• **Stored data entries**
-- Opening Marker --

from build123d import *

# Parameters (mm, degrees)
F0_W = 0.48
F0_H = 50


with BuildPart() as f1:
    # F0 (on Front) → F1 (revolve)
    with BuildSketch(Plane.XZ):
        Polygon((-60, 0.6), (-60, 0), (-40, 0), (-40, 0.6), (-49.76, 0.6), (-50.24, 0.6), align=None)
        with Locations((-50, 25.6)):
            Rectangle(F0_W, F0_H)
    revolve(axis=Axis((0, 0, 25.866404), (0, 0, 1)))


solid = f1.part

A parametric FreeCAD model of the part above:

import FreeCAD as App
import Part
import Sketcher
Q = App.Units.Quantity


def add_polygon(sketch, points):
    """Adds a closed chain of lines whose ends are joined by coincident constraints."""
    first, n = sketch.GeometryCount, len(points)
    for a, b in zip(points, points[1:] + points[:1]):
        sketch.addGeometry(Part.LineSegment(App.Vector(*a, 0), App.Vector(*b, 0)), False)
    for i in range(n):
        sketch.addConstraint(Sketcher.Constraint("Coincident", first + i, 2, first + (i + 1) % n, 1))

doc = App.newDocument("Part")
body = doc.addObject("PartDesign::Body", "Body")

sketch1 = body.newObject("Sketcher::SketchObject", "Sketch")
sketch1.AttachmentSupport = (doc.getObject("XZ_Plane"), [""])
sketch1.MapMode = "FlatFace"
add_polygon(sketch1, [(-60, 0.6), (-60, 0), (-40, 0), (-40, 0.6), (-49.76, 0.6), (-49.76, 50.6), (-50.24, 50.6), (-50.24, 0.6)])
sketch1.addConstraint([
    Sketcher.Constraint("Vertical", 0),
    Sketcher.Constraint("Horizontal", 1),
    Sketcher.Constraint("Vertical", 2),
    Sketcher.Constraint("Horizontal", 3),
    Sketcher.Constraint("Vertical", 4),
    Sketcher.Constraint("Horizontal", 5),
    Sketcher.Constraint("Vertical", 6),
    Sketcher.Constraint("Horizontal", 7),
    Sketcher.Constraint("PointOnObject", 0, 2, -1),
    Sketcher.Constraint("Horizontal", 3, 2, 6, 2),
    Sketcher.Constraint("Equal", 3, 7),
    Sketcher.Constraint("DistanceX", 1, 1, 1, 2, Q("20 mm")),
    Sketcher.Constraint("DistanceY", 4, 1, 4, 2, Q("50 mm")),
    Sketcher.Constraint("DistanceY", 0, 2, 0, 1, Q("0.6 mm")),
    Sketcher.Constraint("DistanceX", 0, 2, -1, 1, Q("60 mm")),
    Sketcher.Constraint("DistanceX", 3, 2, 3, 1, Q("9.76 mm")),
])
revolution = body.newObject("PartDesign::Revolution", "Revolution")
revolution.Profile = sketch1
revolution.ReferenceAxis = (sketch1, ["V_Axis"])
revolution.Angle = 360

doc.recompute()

-- Closing Marker --
-- Opening Marker --

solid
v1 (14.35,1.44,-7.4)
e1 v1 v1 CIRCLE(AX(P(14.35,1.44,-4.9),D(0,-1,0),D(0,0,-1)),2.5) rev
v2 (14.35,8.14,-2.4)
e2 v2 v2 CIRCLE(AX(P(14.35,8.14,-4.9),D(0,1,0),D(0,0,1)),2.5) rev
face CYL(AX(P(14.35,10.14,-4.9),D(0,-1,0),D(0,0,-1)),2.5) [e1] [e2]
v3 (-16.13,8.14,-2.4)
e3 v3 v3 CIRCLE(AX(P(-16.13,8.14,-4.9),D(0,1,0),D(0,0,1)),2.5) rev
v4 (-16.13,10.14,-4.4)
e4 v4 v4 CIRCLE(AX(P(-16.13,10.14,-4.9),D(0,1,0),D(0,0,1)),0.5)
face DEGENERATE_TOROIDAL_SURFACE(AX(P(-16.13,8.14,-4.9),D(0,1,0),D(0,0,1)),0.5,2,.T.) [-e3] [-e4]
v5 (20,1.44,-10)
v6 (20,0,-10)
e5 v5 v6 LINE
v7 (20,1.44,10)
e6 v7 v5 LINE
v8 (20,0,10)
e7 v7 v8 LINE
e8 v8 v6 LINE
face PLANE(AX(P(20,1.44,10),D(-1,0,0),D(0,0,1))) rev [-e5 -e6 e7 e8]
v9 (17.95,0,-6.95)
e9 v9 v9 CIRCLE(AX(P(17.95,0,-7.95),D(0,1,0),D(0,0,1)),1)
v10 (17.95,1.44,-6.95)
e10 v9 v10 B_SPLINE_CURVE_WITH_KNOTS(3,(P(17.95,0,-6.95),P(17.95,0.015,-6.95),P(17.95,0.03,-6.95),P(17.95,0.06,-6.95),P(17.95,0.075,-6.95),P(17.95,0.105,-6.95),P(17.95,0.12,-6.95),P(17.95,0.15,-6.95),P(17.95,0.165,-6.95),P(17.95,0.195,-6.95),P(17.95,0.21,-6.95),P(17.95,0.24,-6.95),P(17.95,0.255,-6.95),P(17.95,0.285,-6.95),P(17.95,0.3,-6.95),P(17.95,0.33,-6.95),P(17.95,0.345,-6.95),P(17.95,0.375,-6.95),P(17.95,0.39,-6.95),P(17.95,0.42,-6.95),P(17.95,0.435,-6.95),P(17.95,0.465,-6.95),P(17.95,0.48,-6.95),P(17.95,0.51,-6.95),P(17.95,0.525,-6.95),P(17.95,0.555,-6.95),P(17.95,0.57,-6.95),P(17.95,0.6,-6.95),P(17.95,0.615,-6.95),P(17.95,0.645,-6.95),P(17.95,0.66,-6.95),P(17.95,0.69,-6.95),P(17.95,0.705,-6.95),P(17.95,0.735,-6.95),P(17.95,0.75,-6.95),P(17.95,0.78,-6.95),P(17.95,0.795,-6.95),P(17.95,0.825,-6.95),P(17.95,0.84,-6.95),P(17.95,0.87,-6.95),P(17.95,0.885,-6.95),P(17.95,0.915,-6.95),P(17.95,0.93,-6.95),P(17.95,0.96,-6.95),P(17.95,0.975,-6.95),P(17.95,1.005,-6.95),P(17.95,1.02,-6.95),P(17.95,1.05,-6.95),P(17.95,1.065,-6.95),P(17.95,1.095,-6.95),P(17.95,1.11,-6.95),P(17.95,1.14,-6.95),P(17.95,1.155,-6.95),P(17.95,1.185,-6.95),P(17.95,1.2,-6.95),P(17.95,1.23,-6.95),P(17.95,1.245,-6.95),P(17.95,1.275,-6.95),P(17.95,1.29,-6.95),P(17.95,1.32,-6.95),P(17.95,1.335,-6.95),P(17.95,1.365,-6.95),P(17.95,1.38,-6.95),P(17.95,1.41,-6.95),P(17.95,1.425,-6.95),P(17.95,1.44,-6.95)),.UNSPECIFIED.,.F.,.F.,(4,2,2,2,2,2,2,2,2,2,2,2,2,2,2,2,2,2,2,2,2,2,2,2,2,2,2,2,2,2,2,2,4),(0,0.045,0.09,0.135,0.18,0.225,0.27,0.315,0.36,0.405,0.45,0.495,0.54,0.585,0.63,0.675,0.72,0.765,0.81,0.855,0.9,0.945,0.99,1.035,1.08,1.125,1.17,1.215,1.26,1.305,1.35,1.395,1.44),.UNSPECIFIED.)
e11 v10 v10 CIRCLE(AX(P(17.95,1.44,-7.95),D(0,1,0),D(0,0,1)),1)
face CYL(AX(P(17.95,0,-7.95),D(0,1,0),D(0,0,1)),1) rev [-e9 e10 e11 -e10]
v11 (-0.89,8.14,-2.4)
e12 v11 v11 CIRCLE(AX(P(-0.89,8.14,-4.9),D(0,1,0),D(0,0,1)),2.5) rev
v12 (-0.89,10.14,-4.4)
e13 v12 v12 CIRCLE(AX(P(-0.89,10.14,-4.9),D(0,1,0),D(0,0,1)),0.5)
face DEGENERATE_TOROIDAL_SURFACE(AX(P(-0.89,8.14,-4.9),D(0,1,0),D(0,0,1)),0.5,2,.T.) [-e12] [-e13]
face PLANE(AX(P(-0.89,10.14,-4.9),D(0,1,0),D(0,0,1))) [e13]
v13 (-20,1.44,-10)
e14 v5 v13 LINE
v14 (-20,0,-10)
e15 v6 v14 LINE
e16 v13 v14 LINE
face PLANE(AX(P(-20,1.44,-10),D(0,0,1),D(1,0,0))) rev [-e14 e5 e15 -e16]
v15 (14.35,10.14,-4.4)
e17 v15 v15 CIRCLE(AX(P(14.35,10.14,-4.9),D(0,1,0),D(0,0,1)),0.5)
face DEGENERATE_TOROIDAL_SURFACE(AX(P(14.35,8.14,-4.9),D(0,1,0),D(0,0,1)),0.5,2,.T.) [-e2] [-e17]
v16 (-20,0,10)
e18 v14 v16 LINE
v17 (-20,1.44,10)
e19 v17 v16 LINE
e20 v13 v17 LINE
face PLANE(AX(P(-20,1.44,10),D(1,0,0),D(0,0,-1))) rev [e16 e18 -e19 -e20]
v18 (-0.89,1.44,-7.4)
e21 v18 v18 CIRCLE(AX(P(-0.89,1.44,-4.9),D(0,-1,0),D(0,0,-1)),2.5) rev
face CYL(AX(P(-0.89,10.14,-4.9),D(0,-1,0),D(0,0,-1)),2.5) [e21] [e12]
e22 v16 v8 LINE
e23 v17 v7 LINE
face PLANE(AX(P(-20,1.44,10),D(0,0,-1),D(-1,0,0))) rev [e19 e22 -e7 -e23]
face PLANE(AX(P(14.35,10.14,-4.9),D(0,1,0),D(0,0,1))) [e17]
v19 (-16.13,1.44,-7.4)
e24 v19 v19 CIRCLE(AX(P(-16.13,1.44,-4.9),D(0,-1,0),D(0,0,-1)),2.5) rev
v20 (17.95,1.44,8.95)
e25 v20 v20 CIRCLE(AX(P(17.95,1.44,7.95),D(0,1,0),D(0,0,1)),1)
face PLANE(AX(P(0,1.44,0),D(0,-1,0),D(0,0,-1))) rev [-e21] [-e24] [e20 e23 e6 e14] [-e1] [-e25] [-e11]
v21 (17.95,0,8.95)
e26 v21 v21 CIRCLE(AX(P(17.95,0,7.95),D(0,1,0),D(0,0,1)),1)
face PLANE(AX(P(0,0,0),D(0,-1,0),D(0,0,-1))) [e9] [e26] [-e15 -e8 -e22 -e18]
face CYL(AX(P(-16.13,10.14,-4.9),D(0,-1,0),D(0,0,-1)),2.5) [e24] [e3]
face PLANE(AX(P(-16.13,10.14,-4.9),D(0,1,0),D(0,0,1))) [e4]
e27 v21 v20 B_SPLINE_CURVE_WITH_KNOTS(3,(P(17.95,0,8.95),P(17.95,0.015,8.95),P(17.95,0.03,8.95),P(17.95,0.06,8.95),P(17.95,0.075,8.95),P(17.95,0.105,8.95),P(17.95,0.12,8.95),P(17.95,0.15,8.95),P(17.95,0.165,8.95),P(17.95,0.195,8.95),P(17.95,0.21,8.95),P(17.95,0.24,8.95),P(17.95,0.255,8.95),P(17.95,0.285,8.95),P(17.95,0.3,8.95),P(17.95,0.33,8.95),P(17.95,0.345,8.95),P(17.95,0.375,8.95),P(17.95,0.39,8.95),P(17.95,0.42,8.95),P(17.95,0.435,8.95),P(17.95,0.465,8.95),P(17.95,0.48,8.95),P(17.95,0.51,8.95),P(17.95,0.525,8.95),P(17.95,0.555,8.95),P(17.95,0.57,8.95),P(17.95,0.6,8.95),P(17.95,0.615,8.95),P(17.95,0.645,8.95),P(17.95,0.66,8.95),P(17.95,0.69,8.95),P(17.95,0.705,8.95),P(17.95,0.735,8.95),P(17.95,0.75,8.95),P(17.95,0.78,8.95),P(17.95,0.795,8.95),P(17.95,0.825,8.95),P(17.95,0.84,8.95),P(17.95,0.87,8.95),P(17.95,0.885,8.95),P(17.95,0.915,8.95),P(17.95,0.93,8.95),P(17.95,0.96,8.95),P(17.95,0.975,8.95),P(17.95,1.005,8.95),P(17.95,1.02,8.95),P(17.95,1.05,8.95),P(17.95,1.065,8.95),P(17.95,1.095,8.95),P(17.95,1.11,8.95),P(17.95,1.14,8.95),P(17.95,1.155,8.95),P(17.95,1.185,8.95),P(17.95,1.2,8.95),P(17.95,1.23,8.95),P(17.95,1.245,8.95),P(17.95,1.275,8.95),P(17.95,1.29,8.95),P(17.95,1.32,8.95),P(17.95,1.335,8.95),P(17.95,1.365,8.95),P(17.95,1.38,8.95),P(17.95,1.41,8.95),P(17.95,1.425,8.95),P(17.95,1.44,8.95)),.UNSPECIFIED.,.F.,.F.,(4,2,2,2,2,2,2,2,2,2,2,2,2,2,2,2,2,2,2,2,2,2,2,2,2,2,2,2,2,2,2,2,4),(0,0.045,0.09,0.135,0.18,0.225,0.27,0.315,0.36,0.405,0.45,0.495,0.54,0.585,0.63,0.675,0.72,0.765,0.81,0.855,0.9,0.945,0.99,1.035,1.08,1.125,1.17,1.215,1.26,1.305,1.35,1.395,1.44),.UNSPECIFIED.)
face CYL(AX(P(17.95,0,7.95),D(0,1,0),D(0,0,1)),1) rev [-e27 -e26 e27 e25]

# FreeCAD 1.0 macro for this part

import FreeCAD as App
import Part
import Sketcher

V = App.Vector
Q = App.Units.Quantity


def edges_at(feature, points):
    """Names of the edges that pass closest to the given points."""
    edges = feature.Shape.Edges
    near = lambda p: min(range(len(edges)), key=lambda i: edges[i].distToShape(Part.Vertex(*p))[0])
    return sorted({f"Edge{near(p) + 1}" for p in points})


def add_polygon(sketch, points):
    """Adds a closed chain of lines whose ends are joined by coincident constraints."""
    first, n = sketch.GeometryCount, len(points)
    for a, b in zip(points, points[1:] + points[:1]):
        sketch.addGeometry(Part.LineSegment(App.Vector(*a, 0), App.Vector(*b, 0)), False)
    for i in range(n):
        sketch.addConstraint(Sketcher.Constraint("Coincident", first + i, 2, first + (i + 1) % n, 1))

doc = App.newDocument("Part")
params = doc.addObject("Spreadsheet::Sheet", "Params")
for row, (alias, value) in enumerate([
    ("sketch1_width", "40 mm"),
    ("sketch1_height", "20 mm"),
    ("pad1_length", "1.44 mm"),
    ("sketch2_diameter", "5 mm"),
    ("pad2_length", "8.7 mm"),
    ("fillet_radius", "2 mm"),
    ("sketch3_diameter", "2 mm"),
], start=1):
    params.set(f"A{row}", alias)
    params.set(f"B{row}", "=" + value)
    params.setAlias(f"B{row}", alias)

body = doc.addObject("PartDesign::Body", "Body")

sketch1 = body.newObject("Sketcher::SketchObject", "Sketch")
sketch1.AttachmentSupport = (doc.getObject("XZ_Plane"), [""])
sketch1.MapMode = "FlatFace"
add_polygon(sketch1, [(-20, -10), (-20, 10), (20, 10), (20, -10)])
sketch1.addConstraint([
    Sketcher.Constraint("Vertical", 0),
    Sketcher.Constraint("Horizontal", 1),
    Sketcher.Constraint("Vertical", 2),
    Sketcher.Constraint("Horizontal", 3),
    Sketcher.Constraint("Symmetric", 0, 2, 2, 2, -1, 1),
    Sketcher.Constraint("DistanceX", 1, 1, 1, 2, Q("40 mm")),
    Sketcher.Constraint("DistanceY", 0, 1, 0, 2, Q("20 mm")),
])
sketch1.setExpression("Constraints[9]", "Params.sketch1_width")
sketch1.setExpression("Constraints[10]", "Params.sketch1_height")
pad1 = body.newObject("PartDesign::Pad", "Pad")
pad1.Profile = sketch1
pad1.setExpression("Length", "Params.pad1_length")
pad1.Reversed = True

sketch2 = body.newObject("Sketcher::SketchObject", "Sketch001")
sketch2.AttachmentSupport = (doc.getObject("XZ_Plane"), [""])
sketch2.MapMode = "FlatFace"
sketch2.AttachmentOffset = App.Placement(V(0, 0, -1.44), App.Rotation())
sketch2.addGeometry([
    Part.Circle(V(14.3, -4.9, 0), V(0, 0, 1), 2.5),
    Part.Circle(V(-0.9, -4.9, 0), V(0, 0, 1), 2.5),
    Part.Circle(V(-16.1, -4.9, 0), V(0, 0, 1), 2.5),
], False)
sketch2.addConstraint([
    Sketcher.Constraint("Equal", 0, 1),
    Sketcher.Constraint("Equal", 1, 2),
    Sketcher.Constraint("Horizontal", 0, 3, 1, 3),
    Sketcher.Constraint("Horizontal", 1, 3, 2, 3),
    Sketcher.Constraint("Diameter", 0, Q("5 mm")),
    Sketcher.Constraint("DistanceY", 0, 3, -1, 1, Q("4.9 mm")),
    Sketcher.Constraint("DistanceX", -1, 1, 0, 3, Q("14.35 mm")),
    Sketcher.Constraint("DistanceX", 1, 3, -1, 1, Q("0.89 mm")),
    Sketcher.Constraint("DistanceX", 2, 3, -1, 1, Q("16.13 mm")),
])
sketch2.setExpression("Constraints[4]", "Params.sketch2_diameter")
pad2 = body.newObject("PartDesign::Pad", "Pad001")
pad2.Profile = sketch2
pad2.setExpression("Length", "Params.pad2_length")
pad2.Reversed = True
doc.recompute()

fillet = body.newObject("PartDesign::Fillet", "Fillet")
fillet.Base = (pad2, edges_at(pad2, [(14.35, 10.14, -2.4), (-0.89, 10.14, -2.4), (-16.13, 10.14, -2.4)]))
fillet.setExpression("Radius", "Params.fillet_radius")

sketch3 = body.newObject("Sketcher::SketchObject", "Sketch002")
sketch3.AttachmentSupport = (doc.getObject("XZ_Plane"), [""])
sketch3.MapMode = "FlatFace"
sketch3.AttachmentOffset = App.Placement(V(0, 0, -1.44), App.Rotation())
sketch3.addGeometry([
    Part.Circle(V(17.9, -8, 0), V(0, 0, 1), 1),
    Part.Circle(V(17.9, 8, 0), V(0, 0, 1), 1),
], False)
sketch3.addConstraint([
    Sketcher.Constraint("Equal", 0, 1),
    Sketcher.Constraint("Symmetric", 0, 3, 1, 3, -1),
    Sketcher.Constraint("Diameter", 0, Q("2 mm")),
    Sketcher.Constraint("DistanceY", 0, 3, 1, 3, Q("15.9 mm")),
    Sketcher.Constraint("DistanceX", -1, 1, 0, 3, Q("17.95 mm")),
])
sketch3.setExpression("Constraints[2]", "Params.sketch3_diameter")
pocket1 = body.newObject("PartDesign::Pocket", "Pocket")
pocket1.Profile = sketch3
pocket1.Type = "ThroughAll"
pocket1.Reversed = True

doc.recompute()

-- Closing Marker --
-- Opening Marker --

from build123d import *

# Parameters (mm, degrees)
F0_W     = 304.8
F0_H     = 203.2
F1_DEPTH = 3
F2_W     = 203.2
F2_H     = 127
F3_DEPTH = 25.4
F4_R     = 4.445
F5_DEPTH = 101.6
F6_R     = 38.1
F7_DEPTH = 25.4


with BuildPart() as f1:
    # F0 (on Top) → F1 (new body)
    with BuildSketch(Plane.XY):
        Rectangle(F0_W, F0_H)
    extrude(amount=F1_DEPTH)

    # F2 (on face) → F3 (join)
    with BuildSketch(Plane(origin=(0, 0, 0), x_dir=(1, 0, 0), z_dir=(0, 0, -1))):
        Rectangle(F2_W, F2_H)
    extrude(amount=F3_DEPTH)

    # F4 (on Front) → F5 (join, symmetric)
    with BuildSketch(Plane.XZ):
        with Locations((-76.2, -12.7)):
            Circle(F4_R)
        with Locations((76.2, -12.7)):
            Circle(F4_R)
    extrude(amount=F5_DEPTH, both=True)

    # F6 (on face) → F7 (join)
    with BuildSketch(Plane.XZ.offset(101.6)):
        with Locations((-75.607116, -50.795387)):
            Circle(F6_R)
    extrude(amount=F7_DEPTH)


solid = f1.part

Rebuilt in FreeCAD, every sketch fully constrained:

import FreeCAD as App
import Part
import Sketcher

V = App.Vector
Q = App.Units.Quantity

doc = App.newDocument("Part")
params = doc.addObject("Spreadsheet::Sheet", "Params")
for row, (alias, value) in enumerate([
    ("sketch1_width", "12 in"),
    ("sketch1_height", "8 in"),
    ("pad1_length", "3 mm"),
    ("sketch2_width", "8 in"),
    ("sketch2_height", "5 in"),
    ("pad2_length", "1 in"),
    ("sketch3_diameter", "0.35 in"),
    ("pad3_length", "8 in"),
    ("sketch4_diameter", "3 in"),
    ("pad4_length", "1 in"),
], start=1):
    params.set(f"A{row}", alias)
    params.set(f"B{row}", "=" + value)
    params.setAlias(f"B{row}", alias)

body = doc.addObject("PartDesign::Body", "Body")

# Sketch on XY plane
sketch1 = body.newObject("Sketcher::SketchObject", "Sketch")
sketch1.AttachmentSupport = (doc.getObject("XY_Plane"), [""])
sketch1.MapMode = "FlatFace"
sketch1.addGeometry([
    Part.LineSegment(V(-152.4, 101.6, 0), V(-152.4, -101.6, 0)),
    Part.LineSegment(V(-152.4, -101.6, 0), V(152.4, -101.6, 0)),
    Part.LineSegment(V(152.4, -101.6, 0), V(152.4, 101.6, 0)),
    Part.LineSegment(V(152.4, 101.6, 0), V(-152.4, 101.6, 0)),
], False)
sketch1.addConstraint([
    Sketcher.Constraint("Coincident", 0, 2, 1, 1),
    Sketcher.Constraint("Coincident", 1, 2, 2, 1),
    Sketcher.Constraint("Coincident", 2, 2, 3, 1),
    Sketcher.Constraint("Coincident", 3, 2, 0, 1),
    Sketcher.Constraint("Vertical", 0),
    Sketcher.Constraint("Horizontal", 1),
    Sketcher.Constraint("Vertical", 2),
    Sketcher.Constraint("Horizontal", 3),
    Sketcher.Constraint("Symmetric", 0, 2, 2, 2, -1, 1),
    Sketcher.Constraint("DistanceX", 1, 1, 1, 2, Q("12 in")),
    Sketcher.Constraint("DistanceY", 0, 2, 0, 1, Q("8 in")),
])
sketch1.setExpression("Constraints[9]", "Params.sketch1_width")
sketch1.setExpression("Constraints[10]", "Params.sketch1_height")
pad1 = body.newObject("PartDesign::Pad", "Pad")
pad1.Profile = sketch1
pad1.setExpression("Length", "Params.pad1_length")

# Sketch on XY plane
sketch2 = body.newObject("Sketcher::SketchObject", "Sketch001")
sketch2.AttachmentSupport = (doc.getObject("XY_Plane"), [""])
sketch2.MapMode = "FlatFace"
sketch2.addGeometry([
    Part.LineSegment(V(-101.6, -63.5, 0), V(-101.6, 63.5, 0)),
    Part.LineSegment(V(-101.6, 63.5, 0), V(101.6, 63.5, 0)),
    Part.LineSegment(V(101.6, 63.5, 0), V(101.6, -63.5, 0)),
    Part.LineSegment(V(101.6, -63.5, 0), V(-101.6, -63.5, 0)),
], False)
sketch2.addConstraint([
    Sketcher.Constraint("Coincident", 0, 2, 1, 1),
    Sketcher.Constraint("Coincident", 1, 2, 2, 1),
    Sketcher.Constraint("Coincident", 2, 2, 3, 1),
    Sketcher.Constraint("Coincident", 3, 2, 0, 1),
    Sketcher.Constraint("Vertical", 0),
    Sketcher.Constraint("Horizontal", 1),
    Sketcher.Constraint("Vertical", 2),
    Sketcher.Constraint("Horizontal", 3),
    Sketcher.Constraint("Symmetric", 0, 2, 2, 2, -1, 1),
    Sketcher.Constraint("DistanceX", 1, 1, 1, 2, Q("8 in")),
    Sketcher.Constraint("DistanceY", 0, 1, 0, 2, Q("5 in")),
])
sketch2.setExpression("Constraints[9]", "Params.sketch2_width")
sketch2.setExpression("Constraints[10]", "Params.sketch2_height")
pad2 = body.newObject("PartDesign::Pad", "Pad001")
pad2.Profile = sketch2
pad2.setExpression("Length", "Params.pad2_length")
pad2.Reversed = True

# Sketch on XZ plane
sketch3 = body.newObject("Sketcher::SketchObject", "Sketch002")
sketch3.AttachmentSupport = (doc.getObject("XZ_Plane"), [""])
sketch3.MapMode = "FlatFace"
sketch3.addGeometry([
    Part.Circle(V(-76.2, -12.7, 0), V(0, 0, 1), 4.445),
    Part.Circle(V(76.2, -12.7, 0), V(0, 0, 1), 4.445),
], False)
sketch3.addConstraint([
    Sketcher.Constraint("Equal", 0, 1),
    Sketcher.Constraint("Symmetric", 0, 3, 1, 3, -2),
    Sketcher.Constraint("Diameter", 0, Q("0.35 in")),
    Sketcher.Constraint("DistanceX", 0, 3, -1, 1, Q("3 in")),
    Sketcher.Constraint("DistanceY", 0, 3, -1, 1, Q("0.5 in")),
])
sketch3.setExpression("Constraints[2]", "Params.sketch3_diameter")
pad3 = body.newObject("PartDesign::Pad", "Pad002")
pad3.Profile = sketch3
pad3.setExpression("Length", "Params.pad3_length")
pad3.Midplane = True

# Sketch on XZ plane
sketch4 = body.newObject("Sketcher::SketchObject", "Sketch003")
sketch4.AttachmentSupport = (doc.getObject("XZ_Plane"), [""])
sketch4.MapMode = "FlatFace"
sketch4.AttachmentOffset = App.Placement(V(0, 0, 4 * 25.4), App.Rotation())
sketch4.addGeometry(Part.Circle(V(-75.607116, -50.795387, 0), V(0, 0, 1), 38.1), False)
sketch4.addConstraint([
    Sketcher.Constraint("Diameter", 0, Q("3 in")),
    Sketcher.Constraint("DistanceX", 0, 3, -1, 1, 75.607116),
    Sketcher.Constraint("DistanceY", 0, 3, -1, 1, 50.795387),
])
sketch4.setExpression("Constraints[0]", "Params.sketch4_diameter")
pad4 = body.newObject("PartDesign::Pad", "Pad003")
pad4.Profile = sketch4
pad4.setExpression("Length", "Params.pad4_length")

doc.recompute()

-- Closing Marker --

• **HOW TO COMPLETE THIS TASK**
Could you reproduce exactly the lines of the entries above, from the one with "extrude(amount=F3_DEPTH)" through the one with "Rebuilt in FreeCAD, every", and nothing else?

• **TASK RESPONSE**
    extrude(amount=F3_DEPTH)

    # F4 (on Front) → F5 (join, symmetric)
    with BuildSketch(Plane.XZ):
        with Locations((-76.2, -12.7)):
            Circle(F4_R)
        with Locations((76.2, -12.7)):
            Circle(F4_R)
    extrude(amount=F5_DEPTH, both=True)

    # F6 (on face) → F7 (join)
    with BuildSketch(Plane.XZ.offset(101.6)):
        with Locations((-75.607116, -50.795387)):
            Circle(F6_R)
    extrude(amount=F7_DEPTH)


solid = f1.part

Rebuilt in FreeCAD, every sketch fully constrained:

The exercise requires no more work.